» **YOUR GOAL**
Of all the entries below, only the lines from the one with "#110=LINE('',#89,#59);" up to and including the one with "#127=EDGE_CURVE('',#123,#123,#126,.F.);" are to be duplicated exactly.

═══ INFORMATION PROVIDED

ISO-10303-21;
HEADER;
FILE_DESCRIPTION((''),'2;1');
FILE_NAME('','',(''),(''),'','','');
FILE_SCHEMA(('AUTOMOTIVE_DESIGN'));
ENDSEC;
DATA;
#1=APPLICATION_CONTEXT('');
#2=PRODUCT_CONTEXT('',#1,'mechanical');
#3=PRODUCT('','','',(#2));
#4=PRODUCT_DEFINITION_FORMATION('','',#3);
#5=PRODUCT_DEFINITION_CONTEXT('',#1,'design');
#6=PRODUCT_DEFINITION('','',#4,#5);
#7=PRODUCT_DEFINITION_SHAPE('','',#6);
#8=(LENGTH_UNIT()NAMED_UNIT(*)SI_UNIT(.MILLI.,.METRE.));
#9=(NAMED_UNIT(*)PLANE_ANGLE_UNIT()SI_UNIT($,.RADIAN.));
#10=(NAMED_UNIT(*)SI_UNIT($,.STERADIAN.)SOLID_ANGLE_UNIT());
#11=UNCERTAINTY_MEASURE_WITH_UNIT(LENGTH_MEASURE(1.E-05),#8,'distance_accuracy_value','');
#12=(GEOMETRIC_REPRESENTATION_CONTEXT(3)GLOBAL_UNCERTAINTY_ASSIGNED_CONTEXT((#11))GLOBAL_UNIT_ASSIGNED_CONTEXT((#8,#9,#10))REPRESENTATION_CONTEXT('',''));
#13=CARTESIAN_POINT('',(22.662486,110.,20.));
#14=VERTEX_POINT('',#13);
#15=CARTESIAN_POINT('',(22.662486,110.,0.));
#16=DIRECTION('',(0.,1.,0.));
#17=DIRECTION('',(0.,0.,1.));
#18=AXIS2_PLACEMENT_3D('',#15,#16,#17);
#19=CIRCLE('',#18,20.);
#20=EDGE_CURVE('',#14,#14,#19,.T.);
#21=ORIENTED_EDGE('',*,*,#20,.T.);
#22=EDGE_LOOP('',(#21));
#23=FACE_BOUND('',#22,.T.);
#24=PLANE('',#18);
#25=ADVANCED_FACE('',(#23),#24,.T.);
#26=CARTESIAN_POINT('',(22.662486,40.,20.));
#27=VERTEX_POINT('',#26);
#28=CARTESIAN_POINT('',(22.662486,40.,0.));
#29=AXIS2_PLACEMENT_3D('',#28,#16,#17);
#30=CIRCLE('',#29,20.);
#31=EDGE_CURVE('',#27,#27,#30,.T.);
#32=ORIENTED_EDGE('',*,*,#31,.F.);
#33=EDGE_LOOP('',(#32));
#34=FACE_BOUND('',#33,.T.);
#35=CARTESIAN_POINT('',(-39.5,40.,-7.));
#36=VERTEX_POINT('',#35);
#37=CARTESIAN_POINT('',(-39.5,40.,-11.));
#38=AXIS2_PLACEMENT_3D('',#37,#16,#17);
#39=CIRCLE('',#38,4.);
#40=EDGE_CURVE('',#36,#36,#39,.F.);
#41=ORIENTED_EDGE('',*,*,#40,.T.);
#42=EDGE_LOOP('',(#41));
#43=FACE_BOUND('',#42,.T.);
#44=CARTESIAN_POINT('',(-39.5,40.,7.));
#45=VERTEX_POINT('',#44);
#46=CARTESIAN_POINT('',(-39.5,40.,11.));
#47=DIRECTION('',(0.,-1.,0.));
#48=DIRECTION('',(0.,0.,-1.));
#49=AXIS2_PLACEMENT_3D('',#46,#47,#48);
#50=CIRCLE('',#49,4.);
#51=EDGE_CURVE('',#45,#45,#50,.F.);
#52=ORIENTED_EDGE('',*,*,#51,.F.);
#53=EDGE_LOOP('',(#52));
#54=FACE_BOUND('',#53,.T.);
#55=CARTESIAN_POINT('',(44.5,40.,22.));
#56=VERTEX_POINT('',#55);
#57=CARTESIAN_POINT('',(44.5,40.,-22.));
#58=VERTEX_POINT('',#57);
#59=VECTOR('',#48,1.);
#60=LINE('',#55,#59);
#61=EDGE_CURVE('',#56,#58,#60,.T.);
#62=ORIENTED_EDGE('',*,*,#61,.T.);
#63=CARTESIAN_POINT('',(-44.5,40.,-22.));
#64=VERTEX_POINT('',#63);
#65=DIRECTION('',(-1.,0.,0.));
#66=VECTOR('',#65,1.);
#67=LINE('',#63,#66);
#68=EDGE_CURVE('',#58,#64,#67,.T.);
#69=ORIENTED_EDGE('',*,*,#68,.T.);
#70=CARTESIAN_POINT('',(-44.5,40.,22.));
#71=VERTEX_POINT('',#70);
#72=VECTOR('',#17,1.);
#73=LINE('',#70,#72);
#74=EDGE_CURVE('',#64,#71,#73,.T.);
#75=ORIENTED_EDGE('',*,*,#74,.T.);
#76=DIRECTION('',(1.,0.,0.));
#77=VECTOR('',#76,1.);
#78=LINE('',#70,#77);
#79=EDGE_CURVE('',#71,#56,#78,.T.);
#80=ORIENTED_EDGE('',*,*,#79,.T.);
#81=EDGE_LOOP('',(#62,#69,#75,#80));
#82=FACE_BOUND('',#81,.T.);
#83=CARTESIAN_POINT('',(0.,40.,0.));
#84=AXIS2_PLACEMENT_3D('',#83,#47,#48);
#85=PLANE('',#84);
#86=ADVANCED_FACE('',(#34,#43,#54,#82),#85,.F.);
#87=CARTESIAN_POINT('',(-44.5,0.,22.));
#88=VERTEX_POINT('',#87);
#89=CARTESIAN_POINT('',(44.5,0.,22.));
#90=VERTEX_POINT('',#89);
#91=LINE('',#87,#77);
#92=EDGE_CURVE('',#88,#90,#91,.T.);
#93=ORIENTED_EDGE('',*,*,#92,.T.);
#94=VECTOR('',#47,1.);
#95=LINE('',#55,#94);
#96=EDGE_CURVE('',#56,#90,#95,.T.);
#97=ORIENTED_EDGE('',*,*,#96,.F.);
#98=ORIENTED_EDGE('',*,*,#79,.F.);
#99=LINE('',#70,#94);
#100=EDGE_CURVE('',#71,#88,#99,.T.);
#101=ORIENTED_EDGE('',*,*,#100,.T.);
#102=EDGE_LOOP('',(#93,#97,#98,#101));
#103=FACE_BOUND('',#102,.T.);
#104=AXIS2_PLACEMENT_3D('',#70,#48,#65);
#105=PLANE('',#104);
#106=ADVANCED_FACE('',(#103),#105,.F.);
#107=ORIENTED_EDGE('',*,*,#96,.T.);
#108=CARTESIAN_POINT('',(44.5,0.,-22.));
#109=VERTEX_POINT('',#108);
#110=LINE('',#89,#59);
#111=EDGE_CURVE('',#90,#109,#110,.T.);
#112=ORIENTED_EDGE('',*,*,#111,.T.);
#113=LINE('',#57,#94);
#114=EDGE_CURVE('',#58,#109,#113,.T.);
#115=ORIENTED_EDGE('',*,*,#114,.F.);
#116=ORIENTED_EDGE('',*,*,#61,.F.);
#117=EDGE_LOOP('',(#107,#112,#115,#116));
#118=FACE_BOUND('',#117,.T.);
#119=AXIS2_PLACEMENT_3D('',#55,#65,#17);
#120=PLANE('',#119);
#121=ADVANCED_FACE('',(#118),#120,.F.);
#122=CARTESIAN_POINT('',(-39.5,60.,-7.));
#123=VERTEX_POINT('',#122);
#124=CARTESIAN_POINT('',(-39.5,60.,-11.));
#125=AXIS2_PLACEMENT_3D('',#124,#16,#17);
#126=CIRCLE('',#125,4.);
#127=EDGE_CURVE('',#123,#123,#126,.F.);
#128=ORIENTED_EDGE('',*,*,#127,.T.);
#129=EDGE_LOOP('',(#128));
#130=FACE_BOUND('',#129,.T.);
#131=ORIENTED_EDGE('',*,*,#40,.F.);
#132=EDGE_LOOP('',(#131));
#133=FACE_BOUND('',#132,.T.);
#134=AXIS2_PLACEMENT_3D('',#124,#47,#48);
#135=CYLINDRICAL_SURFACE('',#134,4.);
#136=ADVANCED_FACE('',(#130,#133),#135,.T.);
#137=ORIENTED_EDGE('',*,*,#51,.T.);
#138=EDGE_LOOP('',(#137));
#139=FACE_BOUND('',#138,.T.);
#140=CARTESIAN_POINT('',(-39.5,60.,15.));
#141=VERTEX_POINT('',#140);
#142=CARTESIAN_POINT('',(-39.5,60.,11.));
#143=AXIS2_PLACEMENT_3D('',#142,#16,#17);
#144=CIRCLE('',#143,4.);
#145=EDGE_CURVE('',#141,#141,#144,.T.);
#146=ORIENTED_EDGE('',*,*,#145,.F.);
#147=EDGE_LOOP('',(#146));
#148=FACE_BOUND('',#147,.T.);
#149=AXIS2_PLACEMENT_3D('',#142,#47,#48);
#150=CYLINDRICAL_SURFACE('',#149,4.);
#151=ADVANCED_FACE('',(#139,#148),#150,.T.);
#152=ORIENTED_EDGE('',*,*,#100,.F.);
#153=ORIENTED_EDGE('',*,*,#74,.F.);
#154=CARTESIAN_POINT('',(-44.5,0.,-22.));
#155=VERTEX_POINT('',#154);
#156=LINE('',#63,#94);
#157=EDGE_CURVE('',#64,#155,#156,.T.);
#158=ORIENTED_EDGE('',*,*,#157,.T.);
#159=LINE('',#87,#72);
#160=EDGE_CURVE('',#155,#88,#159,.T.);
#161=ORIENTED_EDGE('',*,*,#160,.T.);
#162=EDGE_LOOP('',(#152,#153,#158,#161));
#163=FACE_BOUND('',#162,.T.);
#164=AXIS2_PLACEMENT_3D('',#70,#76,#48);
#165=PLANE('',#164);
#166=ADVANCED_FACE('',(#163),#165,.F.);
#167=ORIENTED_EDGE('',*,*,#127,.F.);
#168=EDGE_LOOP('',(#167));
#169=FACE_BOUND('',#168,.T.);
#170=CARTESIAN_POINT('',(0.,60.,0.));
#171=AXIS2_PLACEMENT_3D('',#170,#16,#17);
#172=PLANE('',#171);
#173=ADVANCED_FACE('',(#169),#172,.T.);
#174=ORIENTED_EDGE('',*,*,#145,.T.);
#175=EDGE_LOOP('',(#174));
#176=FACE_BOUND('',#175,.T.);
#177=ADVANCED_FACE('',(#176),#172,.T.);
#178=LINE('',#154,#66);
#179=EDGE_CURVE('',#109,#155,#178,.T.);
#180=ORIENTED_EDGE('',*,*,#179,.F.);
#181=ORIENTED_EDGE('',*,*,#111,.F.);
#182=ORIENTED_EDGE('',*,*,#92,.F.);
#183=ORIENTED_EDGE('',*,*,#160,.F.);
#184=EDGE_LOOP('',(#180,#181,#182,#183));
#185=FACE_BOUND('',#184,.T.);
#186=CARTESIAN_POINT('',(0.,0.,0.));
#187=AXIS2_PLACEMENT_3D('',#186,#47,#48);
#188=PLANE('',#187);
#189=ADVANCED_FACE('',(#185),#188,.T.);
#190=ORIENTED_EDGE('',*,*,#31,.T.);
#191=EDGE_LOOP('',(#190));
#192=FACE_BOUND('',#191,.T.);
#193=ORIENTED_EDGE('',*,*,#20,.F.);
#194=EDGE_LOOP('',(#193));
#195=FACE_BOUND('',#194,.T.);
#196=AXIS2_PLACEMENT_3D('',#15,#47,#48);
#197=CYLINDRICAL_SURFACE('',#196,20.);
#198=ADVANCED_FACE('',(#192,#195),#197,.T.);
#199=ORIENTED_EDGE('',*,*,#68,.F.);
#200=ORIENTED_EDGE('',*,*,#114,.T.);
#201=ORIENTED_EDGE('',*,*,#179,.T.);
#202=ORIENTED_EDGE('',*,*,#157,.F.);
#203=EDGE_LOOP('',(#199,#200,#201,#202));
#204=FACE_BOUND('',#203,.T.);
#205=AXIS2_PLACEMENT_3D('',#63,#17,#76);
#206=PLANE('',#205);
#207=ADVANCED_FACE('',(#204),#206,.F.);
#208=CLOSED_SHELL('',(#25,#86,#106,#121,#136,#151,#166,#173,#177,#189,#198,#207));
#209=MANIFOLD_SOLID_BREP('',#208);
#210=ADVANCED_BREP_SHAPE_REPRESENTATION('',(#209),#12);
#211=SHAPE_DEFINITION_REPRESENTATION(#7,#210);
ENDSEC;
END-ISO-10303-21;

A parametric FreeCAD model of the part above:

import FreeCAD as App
import Part
import Sketcher

V = App.Vector


def add_polygon(sketch, points):
    """Adds a closed chain of lines whose ends are joined by coincident constraints."""
    first, n = sketch.GeometryCount, len(points)
    for a, b in zip(points, points[1:] + points[:1]):
        sketch.addGeometry(Part.LineSegment(App.Vector(*a, 0), App.Vector(*b, 0)), False)
    for i in range(n):
        sketch.addConstraint(Sketcher.Constraint("Coincident", first + i, 2, first + (i + 1) % n, 1))

doc = App.newDocument("Part")
body = doc.addObject("PartDesign::Body", "Body")

# Sketch on XZ plane
sketch1 = body.newObject("Sketcher::SketchObject", "Sketch")
sketch1.AttachmentSupport = (doc.getObject("XZ_Plane"), [""])
sketch1.MapMode = "FlatFace"
add_polygon(sketch1, [(-44, -22), (-44, 22), (44, 22), (44, -22)])  # lines 0-3
sketch1.addConstraint([
    Sketcher.Constraint("Vertical", 0),
    Sketcher.Constraint("Horizontal", 1),
    Sketcher.Constraint("Vertical", 2),
    Sketcher.Constraint("Horizontal", 3),
    Sketcher.Constraint("Symmetric", 0, 2, 2, 2, -1, 1),
    Sketcher.Constraint("DistanceX", 1, 1, 1, 2, 89.0),
    Sketcher.Constraint("DistanceY", 0, 1, 0, 2, 44.0),
])
pad1 = body.newObject("PartDesign::Pad", "Pad")
pad1.Profile = sketch1
pad1.Length = 40
pad1.Reversed = True

# Sketch on XZ plane
sketch2 = body.newObject("Sketcher::SketchObject", "Sketch001")
sketch2.AttachmentSupport = (doc.getObject("XZ_Plane"), [""])
sketch2.MapMode = "FlatFace"
sketch2.AttachmentOffset = App.Placement(V(0, 0, -40), App.Rotation())
sketch2.addGeometry(Part.Circle(V(23, 0, 0), V(0, 0, 1), 20), False)
sketch2.addConstraint([
    Sketcher.Constraint("PointOnObject", 0, 3, -1),
    Sketcher.Constraint("Diameter", 0, 40.0),
    Sketcher.Constraint("DistanceX", -1, 1, 0, 3, 22.662486),
])
pad2 = body.newObject("PartDesign::Pad", "Pad001")
pad2.Profile = sketch2
pad2.Length = 70
pad2.Reversed = True

# Sketch on XZ plane
sketch3 = body.newObject("Sketcher::SketchObject", "Sketch002")
sketch3.AttachmentSupport = (doc.getObject("XZ_Plane"), [""])
sketch3.MapMode = "FlatFace"
sketch3.AttachmentOffset = App.Placement(V(0, 0, -40), App.Rotation())
sketch3.addGeometry([
    Part.Circle(V(-39.5, 11, 0), V(0, 0, 1), 4),
    Part.Circle(V(-39.5, -11, 0), V(0, 0, 1), 4),
], False)
sketch3.addConstraint([
    Sketcher.Constraint("Equal", 0, 1),
    Sketcher.Constraint("Symmetric", 0, 3, 1, 3, -1),
    Sketcher.Constraint("Diameter", 0, 8.0),
    Sketcher.Constraint("DistanceY", -1, 1, 0, 3, 11.0),
    Sketcher.Constraint("DistanceX", 0, 3, -1, 1, 39.5),
])
pad3 = body.newObject("PartDesign::Pad", "Pad002")
pad3.Profile = sketch3
pad3.Length = 20
pad3.Reversed = True

doc.recompute()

══════

» **ANSWER BOX**
#110=LINE('',#89,#59);
#111=EDGE_CURVE('',#90,#109,#110,.T.);
#112=ORIENTED_EDGE('',*,*,#111,.T.);
#113=LINE('',#57,#94);
#114=EDGE_CURVE('',#58,#109,#113,.T.);
#115=ORIENTED_EDGE('',*,*,#114,.F.);
#116=ORIENTED_EDGE('',*,*,#61,.F.);
#117=EDGE_LOOP('',(#107,#112,#115,#116));
#118=FACE_BOUND('',#117,.T.);
#119=AXIS2_PLACEMENT_3D('',#55,#65,#17);
#120=PLANE('',#119);
#121=ADVANCED_FACE('',(#118),#120,.F.);
#122=CARTESIAN_POINT('',(-39.5,60.,-7.));
#123=VERTEX_POINT('',#122);
#124=CARTESIAN_POINT('',(-39.5,60.,-11.));
#125=AXIS2_PLACEMENT_3D('',#124,#16,#17);
#126=CIRCLE('',#125,4.);
#127=EDGE_CURVE('',#123,#123,#126,.F.);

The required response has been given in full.